_How to complete this task_.
Repeat exactly, and only, the lines of the entries below from the one with "BOSS_EXTRUDE1_DEPTH = 3" through the one with "(-49.811676083, 120.128212813), align=None)", both ends included.

Saved data entries:
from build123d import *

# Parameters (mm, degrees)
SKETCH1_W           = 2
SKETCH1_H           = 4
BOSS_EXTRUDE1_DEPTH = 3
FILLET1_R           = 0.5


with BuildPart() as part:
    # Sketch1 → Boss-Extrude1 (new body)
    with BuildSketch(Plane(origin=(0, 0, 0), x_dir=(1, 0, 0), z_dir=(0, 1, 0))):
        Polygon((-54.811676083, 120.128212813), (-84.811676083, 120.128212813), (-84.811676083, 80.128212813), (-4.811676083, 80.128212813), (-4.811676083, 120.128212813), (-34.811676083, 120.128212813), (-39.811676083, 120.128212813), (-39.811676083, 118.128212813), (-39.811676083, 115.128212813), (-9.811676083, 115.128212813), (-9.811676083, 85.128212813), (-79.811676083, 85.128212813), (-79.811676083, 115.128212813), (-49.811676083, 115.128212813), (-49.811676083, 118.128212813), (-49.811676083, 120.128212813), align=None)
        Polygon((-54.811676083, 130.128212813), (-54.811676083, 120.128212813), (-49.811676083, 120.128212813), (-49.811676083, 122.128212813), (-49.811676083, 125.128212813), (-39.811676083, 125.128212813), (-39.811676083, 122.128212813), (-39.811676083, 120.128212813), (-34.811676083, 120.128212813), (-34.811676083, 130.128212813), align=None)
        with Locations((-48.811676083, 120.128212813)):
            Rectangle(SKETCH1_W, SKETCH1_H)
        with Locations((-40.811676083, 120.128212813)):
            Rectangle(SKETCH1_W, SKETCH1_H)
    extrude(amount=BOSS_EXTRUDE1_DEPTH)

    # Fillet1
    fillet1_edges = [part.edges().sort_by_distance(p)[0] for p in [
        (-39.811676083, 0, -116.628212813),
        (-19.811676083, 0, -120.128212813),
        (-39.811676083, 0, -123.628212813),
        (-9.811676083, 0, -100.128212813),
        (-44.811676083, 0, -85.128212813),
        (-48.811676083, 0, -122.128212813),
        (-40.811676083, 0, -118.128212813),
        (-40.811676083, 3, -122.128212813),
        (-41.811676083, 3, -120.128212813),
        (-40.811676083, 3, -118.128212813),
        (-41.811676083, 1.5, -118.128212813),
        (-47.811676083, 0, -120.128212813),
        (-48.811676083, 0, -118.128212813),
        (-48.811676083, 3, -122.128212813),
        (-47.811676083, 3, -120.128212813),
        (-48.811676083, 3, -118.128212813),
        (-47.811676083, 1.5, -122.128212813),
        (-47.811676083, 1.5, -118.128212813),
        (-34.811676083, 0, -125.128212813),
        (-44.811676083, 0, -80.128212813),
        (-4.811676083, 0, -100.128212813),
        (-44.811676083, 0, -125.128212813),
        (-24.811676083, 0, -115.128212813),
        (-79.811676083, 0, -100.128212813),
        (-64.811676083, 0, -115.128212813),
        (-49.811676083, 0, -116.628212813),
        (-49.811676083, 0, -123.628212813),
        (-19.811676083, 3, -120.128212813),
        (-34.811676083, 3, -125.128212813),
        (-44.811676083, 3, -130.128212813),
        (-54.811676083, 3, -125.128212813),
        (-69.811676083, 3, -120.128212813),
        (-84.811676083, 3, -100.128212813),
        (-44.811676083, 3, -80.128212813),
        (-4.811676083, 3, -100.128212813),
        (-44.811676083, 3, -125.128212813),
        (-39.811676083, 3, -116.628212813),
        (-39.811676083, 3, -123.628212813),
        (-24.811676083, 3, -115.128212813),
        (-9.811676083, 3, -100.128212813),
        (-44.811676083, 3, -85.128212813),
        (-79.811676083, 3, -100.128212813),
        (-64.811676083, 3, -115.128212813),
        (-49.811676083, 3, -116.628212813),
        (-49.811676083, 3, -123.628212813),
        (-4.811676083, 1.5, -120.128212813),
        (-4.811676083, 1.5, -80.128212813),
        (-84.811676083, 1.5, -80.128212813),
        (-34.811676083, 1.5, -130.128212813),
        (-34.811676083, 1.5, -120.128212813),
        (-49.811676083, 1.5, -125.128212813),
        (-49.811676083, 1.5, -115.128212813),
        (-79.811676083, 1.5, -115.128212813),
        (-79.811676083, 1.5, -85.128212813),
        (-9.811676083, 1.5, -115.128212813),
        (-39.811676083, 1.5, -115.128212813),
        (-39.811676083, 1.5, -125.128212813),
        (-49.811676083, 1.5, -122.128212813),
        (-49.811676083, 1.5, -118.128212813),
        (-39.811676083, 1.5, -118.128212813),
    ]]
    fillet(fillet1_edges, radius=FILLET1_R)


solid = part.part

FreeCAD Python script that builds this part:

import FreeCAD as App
import Part
import Sketcher

V = App.Vector
Q = App.Units.Quantity


def edges_at(feature, points):
    """Names of the edges that pass closest to the given points."""
    edges = feature.Shape.Edges
    near = lambda p: min(range(len(edges)), key=lambda i: edges[i].distToShape(Part.Vertex(*p))[0])
    return sorted({f"Edge{near(p) + 1}" for p in points})


def add_polygon(sketch, points):
    """Adds a closed chain of lines whose ends are joined by coincident constraints."""
    first, n = sketch.GeometryCount, len(points)
    for a, b in zip(points, points[1:] + points[:1]):
        sketch.addGeometry(Part.LineSegment(App.Vector(*a, 0), App.Vector(*b, 0)), False)
    for i in range(n):
        sketch.addConstraint(Sketcher.Constraint("Coincident", first + i, 2, first + (i + 1) % n, 1))

doc = App.newDocument("Part")
params = doc.addObject("Spreadsheet::Sheet", "Params")
for row, (alias, value) in enumerate([
    ("sketch1_width", "80 mm"),
    ("sketch1_width2", "30 mm"),
    ("sketch1_width3", "70 mm"),
    ("sketch1_width4", "2 mm"),
    ("sketch1_height", "40 mm"),
    ("pad1_length", "3 mm"),
    ("fillet_radius", "0.5 mm"),
], start=1):
    params.set(f"A{row}", alias)
    params.set(f"B{row}", "=" + value)
    params.setAlias(f"B{row}", alias)

body = doc.addObject("PartDesign::Body", "Body")

# Sketch on XZ plane
sketch1 = body.newObject("Sketcher::SketchObject", "Sketch")
sketch1.AttachmentSupport = (doc.getObject("XZ_Plane"), [""])
sketch1.MapMode = "FlatFace"
add_polygon(sketch1, [(-84.8, -120.1), (-84.8, -80.1), (-4.8, -80.1), (-4.8, -120.1), (-34.8, -120.1), (-34.8, -130.1), (-54.8, -130.1), (-54.8, -120.1)])  # lines 0-7
add_polygon(sketch1, [(-39.8, -115.1), (-9.8, -115.1), (-9.8, -85.1), (-79.8, -85.1), (-79.8, -115.1), (-49.8, -115.1), (-49.8, -118.1), (-47.8, -118.1), (-47.8, -122.1), (-49.8, -122.1), (-49.8, -125.1), (-39.8, -125.1), (-39.8, -122.1), (-41.8, -122.1), (-41.8, -118.1), (-39.8, -118.1)])  # lines 8-23
sketch1.addConstraint(Sketcher.Constraint("Vertical", 0))
sketch1.addConstraint(Sketcher.Constraint("Horizontal", 1))
sketch1.addConstraint(Sketcher.Constraint("Vertical", 2))
sketch1.addConstraint(Sketcher.Constraint("Horizontal", 3))
sketch1.addConstraint(Sketcher.Constraint("Vertical", 4))
sketch1.addConstraint(Sketcher.Constraint("Horizontal", 5))
sketch1.addConstraint(Sketcher.Constraint("Vertical", 6))
sketch1.addConstraint(Sketcher.Constraint("Horizontal", 7))
sketch1.addConstraint(Sketcher.Constraint("Horizontal", 8))
sketch1.addConstraint(Sketcher.Constraint("Vertical", 9))
sketch1.addConstraint(Sketcher.Constraint("Horizontal", 10))
sketch1.addConstraint(Sketcher.Constraint("Vertical", 11))
sketch1.addConstraint(Sketcher.Constraint("Horizontal", 12))
sketch1.addConstraint(Sketcher.Constraint("Vertical", 13))
sketch1.addConstraint(Sketcher.Constraint("Horizontal", 14))
sketch1.addConstraint(Sketcher.Constraint("Vertical", 15))
sketch1.addConstraint(Sketcher.Constraint("Horizontal", 16))
sketch1.addConstraint(Sketcher.Constraint("Vertical", 17))
sketch1.addConstraint(Sketcher.Constraint("Horizontal", 18))
sketch1.addConstraint(Sketcher.Constraint("Vertical", 19))
sketch1.addConstraint(Sketcher.Constraint("Horizontal", 20))
sketch1.addConstraint(Sketcher.Constraint("Vertical", 21))
sketch1.addConstraint(Sketcher.Constraint("Horizontal", 22))
sketch1.addConstraint(Sketcher.Constraint("Vertical", 23))
sketch1.addConstraint(Sketcher.Constraint("Horizontal", 3, 2, 6, 2))
sketch1.addConstraint(Sketcher.Constraint("Horizontal", 8, 2, 11, 2))
sketch1.addConstraint(Sketcher.Constraint("Horizontal", 16, 2, 19, 2))
sketch1.addConstraint(Sketcher.Constraint("Horizontal", 14, 2, 21, 2))
sketch1.addConstraint(Sketcher.Constraint("Vertical", 13, 2, 16, 2))
sketch1.addConstraint(Sketcher.Constraint("Vertical", 19, 2, 22, 2))
sketch1.addConstraint(Sketcher.Constraint("Equal", 3, 7))
sketch1.addConstraint(Sketcher.Constraint("Equal", 7, 8))
sketch1.addConstraint(Sketcher.Constraint("Equal", 8, 12))
sketch1.addConstraint(Sketcher.Constraint("Equal", 16, 20))
sketch1.addConstraint(Sketcher.Constraint("Equal", 18, 4))
sketch1.addConstraint(Sketcher.Constraint("Equal", 12, 9))
sketch1.addConstraint(Sketcher.Constraint("Equal", 13, 17))
sketch1.addConstraint(Sketcher.Constraint("DistanceX", 1, 1, 1, 2, Q("80 mm")))
sketch1.addConstraint(Sketcher.Constraint("DistanceX", 3, 2, 3, 1, Q("30 mm")))
sketch1.addConstraint(Sketcher.Constraint("DistanceX", 10, 2, 10, 1, Q("70 mm")))
sketch1.addConstraint(Sketcher.Constraint("DistanceX", 14, 1, 14, 2, Q("2 mm")))
sketch1.addConstraint(Sketcher.Constraint("DistanceY", 0, 1, 0, 2, Q("40 mm")))
sketch1.addConstraint(Sketcher.Constraint("DistanceY", 13, 2, 13, 1, Q("3 mm")))
sketch1.addConstraint(Sketcher.Constraint("DistanceY", 15, 2, 15, 1, Q("4 mm")))
sketch1.addConstraint(Sketcher.Constraint("DistanceX", 8, 2, 2, 2, Q("5 mm")))
sketch1.addConstraint(Sketcher.Constraint("DistanceY", 2, 2, 8, 2, Q("5 mm")))
sketch1.addConstraint(Sketcher.Constraint("DistanceX", 0, 2, -1, 1, Q("84.811676 mm")))
sketch1.addConstraint(Sketcher.Constraint("DistanceY", 0, 2, -1, 1, Q("80.128213 mm")))
sketch1.setExpression("Constraints[61]", "Params.sketch1_width")
sketch1.setExpression("Constraints[62]", "Params.sketch1_width2")
sketch1.setExpression("Constraints[63]", "Params.sketch1_width3")
sketch1.setExpression("Constraints[64]", "Params.sketch1_width4")
sketch1.setExpression("Constraints[65]", "Params.sketch1_height")
pad1 = body.newObject("PartDesign::Pad", "Pad")
pad1.Profile = sketch1
pad1.setExpression("Length", "Params.pad1_length")
pad1.Reversed = True
doc.recompute()

fillet = body.newObject("PartDesign::Fillet", "Fillet")
fillet.Base = (pad1, edges_at(pad1, [
    (-39.812, 0, -116.628),
    (-19.812, 0, -120.128),
    (-39.812, 0, -123.628),
    (-9.812, 0, -100.128),
    (-44.812, 0, -85.128),
    (-48.812, 0, -122.128),
    (-40.812, 0, -118.128),
    (-40.812, 3, -122.128),
    (-41.812, 3, -120.128),
    (-40.812, 3, -118.128),
    (-41.812, 1.5, -118.128),
    (-47.812, 0, -120.128),
    (-48.812, 0, -118.128),
    (-48.812, 3, -122.128),
    (-47.812, 3, -120.128),
    (-48.812, 3, -118.128),
    (-47.812, 1.5, -122.128),
    (-47.812, 1.5, -118.128),
    (-34.812, 0, -125.128),
    (-44.812, 0, -80.128),
    (-4.812, 0, -100.128),
    (-44.812, 0, -125.128),
    (-24.812, 0, -115.128),
    (-79.812, 0, -100.128),
    (-64.812, 0, -115.128),
    (-49.812, 0, -116.628),
    (-49.812, 0, -123.628),
    (-19.812, 3, -120.128),
    (-34.812, 3, -125.128),
    (-44.812, 3, -130.128),
    (-54.812, 3, -125.128),
    (-69.812, 3, -120.128),
    (-84.812, 3, -100.128),
    (-44.812, 3, -80.128),
    (-4.812, 3, -100.128),
    (-44.812, 3, -125.128),
    (-39.812, 3, -116.628),
    (-39.812, 3, -123.628),
    (-24.812, 3, -115.128),
    (-9.812, 3, -100.128),
    (-44.812, 3, -85.128),
    (-79.812, 3, -100.128),
    (-64.812, 3, -115.128),
    (-49.812, 3, -116.628),
    (-49.812, 3, -123.628),
    (-4.812, 1.5, -120.128),
    (-4.812, 1.5, -80.128),
    (-84.812, 1.5, -80.128),
    (-34.812, 1.5, -130.128),
    (-34.812, 1.5, -120.128),
    (-49.812, 1.5, -125.128),
    (-49.812, 1.5, -115.128),
    (-79.812, 1.5, -115.128),
    (-79.812, 1.5, -85.128),
    (-9.812, 1.5, -115.128),
    (-39.812, 1.5, -115.128),
    (-39.812, 1.5, -125.128),
    (-49.812, 1.5, -122.128),
    (-49.812, 1.5, -118.128),
    (-39.812, 1.5, -118.128),
]))
fillet.setExpression("Radius", "Params.fillet_radius")

doc.recompute()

_Response box_.
BOSS_EXTRUDE1_DEPTH = 3
FILLET1_R           = 0.5


with BuildPart() as part:
    # Sketch1 → Boss-Extrude1 (new body)
    with BuildSketch(Plane(origin=(0, 0, 0), x_dir=(1, 0, 0), z_dir=(0, 1, 0))):
        Polygon((-54.811676083, 120.128212813), (-84.811676083, 120.128212813), (-84.811676083, 80.128212813), (-4.811676083, 80.128212813), (-4.811676083, 120.128212813), (-34.811676083, 120.128212813), (-39.811676083, 120.128212813), (-39.811676083, 118.128212813), (-39.811676083, 115.128212813), (-9.811676083, 115.128212813), (-9.811676083, 85.128212813), (-79.811676083, 85.128212813), (-79.811676083, 115.128212813), (-49.811676083, 115.128212813), (-49.811676083, 118.128212813), (-49.811676083, 120.128212813), align=None)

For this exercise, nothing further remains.